TASK PROMPT
Across the material below, how many lines contain the word "DIRECTION"? Respond with the number only.

--------

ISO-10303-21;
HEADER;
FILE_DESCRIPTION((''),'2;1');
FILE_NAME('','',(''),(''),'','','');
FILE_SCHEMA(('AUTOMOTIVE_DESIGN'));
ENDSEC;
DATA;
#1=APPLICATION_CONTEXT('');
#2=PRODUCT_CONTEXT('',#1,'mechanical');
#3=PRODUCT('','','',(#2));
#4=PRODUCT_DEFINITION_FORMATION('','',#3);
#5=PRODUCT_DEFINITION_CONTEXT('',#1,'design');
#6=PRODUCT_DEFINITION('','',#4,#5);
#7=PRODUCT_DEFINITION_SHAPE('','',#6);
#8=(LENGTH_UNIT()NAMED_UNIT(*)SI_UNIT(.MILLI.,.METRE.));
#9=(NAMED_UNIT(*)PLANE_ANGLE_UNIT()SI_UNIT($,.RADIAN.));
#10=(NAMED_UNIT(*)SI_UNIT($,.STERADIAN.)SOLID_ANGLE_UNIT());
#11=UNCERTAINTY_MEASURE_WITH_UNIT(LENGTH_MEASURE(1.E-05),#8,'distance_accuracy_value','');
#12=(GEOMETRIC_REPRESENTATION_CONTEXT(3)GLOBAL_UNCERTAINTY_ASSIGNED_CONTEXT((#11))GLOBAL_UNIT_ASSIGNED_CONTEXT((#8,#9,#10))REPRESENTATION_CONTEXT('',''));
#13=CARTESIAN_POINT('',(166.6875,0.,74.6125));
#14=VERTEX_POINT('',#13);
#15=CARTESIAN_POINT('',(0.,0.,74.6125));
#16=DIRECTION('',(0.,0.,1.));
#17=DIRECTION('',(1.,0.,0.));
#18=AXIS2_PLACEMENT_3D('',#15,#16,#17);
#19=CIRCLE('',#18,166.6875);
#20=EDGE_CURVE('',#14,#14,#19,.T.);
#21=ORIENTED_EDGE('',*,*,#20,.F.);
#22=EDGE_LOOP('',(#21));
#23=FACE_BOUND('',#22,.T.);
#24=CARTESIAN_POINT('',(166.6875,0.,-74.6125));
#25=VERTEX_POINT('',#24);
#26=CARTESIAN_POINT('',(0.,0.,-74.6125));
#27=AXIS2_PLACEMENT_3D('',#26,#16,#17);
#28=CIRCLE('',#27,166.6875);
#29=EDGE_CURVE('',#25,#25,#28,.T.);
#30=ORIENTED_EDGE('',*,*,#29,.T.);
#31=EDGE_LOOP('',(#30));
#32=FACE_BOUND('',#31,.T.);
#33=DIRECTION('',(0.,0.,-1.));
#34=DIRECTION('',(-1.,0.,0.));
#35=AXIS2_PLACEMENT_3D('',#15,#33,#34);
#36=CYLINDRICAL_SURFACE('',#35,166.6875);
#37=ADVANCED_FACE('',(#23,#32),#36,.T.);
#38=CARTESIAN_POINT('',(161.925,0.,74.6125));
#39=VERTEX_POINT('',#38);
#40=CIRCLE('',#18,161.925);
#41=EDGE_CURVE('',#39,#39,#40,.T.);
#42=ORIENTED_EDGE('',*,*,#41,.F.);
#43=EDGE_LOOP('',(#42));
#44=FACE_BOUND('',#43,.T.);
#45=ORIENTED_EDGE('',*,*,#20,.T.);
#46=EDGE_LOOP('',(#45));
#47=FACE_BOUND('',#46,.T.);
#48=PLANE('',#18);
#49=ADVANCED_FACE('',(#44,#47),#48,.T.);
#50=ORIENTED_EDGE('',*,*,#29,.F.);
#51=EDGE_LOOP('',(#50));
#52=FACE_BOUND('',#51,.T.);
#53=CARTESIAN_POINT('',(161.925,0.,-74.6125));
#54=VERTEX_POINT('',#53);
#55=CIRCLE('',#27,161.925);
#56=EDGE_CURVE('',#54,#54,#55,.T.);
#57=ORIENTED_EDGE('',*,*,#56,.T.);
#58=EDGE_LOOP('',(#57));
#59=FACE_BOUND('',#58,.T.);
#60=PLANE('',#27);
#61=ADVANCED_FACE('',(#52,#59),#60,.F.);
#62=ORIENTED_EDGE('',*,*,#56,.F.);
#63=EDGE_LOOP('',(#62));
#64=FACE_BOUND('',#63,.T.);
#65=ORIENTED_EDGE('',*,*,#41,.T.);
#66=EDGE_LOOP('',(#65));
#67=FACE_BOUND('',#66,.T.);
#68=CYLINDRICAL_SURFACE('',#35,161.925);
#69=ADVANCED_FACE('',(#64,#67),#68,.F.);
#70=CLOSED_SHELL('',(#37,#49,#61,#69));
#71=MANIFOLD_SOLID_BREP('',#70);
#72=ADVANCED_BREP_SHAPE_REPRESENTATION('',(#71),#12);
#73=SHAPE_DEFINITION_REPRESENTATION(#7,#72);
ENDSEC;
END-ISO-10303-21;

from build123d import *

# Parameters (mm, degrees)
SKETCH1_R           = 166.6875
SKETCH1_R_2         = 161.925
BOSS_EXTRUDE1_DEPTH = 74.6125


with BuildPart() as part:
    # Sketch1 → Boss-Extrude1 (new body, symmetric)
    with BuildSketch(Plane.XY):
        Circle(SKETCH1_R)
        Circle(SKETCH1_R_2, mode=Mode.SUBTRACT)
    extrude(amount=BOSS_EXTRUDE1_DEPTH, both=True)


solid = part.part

--------

EXPECTED OUTPUT
4